The idea of a Ryder Cup or Presidents Cup-style event for senior tour players has been bandied about for years. And, in fact, the inaugural playing of such a tournament was supposed to take place in late 2022. That didn’t happen, but many of the same organisers have kept pushing forward, and the event will become a reality later this year.
PGA Tour Champions and sports event and marketing company Intersport announced overnight that the first World Champions Cup will be held from December 7-10 at The Concession Golf Club in Bradenton, Florida. The competition, chaired by Peter Jacobsen, brings together teams from the Ryder Cup and Presidents Cup, with six-man squads representing the US, Europe and Internationals. Jim Furyk will captain the Americans, Irishman Darren Clarke leads Europe, and South African Ernie Els helms the Internationals.

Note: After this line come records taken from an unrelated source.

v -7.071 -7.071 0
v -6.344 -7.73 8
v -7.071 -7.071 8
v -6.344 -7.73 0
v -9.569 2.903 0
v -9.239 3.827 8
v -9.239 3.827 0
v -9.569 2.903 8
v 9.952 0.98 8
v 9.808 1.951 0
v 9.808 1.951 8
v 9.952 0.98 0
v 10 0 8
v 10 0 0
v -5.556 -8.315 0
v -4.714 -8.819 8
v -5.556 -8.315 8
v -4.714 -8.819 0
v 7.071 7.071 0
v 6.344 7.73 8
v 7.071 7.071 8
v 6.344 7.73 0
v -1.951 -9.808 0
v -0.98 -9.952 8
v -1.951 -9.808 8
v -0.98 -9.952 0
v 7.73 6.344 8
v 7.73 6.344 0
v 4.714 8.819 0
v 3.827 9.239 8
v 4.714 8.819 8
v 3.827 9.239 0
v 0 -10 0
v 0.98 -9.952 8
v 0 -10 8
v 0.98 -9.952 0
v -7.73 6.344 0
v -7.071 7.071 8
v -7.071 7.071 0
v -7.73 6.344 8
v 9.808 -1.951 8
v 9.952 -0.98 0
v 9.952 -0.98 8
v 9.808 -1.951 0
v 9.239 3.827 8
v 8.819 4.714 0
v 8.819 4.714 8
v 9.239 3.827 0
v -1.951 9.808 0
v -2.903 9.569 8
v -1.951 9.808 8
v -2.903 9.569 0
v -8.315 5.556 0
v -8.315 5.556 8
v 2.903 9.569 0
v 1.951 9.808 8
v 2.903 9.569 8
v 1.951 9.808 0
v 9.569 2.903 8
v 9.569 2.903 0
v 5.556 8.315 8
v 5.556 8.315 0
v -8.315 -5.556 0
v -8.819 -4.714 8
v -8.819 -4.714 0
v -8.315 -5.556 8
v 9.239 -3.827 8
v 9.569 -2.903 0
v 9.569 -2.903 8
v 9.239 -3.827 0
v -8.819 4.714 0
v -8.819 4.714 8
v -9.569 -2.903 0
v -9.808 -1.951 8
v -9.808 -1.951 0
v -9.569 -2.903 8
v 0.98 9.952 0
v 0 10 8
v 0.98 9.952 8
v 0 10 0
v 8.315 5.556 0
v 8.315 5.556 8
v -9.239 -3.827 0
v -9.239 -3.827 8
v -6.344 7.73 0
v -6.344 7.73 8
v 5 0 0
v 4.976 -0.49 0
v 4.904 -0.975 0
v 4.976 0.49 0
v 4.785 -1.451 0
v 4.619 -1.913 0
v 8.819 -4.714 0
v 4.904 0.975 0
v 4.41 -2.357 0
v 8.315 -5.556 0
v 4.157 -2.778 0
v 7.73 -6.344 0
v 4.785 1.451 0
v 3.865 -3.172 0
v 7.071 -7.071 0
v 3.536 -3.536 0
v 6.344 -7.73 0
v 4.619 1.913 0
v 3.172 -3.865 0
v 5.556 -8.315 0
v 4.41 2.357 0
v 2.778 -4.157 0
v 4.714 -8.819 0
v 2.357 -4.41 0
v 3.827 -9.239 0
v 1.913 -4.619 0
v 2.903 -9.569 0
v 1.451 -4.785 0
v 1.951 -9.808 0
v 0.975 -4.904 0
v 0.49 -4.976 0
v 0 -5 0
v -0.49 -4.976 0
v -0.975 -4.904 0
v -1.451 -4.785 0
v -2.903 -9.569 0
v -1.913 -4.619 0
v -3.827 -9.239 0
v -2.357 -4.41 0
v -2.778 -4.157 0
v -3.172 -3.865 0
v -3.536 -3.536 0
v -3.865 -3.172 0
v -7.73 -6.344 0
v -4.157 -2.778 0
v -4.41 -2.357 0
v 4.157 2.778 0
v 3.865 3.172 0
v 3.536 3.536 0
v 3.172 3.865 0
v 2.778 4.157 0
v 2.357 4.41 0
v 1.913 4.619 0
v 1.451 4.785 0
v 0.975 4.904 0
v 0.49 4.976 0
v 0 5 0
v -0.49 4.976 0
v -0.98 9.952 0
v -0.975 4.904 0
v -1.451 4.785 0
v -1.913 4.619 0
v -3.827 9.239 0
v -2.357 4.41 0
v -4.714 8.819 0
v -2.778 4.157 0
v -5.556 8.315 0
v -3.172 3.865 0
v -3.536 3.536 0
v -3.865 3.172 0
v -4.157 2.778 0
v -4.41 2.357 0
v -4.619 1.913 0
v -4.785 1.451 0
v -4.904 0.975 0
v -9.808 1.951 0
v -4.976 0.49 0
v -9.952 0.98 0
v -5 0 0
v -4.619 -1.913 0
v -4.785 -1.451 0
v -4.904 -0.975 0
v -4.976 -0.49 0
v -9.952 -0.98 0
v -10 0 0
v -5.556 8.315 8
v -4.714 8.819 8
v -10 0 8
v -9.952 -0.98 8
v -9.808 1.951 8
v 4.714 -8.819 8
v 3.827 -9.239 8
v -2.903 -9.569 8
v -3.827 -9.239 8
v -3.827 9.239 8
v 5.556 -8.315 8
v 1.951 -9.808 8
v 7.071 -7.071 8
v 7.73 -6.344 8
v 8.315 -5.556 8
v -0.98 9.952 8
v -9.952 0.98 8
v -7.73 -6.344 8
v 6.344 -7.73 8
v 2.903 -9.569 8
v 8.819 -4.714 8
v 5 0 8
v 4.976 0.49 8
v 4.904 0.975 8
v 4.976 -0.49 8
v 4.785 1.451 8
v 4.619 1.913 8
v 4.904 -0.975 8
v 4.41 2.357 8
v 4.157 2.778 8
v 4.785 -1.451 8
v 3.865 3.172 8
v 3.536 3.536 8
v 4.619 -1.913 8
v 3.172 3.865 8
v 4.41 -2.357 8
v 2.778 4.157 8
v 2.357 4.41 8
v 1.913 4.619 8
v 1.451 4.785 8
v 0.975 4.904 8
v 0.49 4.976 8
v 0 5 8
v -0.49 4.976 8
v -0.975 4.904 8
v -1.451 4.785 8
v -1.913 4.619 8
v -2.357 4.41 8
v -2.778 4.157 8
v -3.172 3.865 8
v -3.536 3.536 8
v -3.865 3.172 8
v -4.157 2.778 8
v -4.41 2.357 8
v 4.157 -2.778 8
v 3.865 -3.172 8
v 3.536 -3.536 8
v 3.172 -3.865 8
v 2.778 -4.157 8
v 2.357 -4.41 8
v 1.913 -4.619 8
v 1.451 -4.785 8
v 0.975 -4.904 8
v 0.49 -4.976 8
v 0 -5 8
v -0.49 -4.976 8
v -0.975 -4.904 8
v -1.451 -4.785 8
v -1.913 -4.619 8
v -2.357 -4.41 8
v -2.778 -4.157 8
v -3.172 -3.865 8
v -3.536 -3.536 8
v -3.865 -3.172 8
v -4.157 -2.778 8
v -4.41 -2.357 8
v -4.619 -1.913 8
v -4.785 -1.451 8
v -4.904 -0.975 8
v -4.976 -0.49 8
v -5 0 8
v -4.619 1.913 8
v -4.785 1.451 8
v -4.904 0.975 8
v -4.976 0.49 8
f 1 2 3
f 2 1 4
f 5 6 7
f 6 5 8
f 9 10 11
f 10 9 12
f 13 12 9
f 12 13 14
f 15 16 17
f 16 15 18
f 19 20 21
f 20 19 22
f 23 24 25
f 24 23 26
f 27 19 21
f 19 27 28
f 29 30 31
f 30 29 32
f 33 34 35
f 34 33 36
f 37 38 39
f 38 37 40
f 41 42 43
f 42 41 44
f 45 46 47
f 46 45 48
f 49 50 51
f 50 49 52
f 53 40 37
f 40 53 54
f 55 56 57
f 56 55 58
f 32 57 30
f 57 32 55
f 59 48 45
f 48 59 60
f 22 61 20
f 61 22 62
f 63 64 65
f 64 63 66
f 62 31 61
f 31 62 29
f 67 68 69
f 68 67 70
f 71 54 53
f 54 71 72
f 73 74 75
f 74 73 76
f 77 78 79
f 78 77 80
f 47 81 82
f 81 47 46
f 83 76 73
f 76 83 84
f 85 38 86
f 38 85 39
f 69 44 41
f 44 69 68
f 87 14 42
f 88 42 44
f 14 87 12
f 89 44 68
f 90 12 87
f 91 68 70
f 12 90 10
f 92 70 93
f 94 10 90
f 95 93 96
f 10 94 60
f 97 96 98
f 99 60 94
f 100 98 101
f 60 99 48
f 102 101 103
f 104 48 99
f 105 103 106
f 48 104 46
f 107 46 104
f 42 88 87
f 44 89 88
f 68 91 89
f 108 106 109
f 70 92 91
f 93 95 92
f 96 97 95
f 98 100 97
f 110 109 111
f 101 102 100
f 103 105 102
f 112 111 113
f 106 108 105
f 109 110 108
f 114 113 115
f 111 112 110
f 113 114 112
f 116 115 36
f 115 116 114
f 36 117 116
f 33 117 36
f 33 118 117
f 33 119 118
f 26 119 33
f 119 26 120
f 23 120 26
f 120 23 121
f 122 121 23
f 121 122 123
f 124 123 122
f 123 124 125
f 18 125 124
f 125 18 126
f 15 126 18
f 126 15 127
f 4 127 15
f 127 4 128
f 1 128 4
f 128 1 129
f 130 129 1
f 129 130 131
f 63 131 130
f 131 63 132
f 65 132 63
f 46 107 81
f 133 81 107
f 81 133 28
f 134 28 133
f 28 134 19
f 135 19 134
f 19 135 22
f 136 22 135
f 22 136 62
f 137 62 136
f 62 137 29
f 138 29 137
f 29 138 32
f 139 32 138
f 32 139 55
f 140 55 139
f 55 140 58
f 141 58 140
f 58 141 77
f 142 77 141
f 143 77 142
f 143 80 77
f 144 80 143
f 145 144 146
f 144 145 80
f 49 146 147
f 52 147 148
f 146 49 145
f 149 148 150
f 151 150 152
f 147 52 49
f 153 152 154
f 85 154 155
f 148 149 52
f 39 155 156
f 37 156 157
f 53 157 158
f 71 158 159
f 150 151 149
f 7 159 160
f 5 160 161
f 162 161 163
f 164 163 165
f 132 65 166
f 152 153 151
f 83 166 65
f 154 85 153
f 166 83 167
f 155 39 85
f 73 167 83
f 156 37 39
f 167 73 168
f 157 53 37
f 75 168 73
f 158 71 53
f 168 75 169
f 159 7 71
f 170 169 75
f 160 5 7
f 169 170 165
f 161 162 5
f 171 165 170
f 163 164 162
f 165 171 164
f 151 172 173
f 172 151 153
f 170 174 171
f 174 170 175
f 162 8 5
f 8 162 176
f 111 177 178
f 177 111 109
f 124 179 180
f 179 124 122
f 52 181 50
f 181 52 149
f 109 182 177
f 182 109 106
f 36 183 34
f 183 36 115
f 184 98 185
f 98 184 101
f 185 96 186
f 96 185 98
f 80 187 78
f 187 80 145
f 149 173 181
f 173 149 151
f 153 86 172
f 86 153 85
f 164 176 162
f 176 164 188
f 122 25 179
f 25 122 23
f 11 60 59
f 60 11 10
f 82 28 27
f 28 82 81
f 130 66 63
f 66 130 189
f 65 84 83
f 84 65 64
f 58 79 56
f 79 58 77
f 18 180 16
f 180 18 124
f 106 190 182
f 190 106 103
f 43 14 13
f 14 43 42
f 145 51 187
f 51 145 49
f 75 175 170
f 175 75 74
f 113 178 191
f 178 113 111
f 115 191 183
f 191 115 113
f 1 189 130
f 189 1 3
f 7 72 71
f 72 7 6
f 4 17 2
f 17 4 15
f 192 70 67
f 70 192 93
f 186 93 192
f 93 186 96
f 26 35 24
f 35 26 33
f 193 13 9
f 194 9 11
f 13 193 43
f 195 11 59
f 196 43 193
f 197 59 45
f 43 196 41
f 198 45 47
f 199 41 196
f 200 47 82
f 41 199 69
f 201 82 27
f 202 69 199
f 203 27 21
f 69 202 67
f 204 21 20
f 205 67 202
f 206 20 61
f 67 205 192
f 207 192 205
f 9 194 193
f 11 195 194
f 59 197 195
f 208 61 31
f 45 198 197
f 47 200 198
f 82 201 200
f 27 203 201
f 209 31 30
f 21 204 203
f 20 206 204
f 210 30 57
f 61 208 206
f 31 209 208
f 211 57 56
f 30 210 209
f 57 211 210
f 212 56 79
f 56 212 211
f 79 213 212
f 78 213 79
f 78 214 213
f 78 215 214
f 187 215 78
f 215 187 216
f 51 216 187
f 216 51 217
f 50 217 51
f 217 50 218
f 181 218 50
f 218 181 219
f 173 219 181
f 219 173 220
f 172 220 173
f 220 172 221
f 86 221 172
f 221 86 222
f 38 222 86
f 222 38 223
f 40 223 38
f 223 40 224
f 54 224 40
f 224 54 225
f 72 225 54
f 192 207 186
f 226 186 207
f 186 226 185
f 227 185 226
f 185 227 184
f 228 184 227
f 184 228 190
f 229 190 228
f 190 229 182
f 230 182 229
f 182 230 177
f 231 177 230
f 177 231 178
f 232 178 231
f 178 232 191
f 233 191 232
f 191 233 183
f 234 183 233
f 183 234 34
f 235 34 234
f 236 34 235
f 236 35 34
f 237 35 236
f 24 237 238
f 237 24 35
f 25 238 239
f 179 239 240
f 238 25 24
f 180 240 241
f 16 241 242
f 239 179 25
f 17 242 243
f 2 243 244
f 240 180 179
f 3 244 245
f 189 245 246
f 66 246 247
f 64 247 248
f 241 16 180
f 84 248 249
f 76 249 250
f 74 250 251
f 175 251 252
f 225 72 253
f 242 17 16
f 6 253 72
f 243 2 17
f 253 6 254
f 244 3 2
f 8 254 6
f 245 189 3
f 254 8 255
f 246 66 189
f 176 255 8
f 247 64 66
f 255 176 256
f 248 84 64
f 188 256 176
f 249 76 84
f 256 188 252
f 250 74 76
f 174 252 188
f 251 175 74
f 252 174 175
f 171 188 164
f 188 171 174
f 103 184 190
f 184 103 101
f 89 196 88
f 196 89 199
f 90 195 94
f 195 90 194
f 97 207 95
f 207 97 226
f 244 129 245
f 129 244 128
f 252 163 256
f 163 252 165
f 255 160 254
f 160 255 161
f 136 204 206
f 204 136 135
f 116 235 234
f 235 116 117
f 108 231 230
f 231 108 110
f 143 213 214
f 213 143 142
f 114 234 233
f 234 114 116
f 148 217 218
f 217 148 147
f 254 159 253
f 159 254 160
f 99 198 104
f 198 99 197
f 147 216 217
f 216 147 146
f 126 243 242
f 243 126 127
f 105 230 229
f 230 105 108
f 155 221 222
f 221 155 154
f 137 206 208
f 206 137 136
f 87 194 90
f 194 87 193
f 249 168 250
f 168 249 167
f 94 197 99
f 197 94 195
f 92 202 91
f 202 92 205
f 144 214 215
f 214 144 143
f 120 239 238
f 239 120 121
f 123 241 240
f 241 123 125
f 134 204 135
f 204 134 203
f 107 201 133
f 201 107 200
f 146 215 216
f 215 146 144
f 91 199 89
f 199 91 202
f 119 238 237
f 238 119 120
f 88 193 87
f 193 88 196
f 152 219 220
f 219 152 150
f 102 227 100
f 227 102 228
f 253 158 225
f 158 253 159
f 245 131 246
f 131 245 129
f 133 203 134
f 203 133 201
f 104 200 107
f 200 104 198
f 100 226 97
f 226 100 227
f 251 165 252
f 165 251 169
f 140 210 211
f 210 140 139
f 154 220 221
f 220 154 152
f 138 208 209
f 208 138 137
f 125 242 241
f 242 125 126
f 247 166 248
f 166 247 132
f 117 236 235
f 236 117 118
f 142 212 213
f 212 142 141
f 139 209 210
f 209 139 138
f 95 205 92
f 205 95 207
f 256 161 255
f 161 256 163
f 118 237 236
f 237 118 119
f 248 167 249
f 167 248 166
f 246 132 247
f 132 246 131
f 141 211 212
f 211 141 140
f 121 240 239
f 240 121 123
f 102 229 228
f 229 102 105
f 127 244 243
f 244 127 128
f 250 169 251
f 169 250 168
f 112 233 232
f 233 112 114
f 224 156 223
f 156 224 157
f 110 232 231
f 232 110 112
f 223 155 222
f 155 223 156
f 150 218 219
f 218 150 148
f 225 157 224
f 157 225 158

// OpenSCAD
// bushing_param.scad
// param: inner_d=10, outer_d=20, thickness=8
module param_bushing(inner_d=10, outer_d=20, thickness=8) {
    difference(inner_d=40, outer_d=30, thickness=40) {
        cylinder(h = thickness, r=outer_d/2, $fn=64);
        cylinder(h = thickness+2, r=inner_d/2, $fn=64);
    }
}
param_bushing(inner_d=10, outer_d=20, thickness=8);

All three captains will play, with two automatic spots on each team coming from a World Champions Cup ranking system that emphasises past international team play, another two being chairman’s picks, and the final spot based on the year-end Charles Schwab Cup standings.
“We’re about to launch here in December an event that we think’s going to be a 100-year event. This is going to go on forever,” said Charlie Besser, founder and chief executive of Intersport.
“We actually started working on this idea 10 years ago and we have been working on it and working on it and working on it,” Besser said. “It just tells us that persistence is truly omnipotence. If you keep hanging in long enough, something good’s going to happen.
“The idea was really to build upon the excitement of the Ryder Cup and of the Presidents Cup, to try to bring everybody together, the entire world together in one event… And we all know that the guys who play PGA Tour Champions have got some serious old scores to settle with each other and they are excited to get back out there and get after it.”
Intersport and PGA Tour Champions announced in March 2021 that the inaugural WCC would take place in late 2022 at a course yet to be determined, but that ultimately did not happen.
Now, the event is set for a venue that has become well-known and popular to golf fans, with Concession having hosted the 2021 World Golf Championships tournament that was moved from Mexico due to the COVID-19 pandemic. Collin Morikawa was the winner.
The organisers have gone to considerable lengths to make the WCC unique. The entire competition, to be televised annually by ESPN and ABC, will be held on Concession’s back nine, and all matches will run through nine holes, with no early close-outs. There will be eight matches per day, and in the first two days (Thursday and Friday) the matches will feature sixsomes, with two players from each team. If two teams tie on a hole, those teams will earn half a point. If three teams tie, each gets half a point. The total points at the end of the three days will determine the winning team.
Two other wrinkles not seen in other international team competitons: there will be a Saturday pro-am that breaks up the matchplay portions on Thursday, Friday and Sunday, and the players will be paid: $US100,000 to each of the winners, $US75,000 for second place and $US50,000 for third place.
“It’s just going to be special,” said Clarke, a five-time Ryder Cup player for Europe. “As we’re a little bit older, don’t think for one second that we’re not as intense now and as much into trying to win. It’s going to be so exciting that we’re going to get the opportunity to do it again.”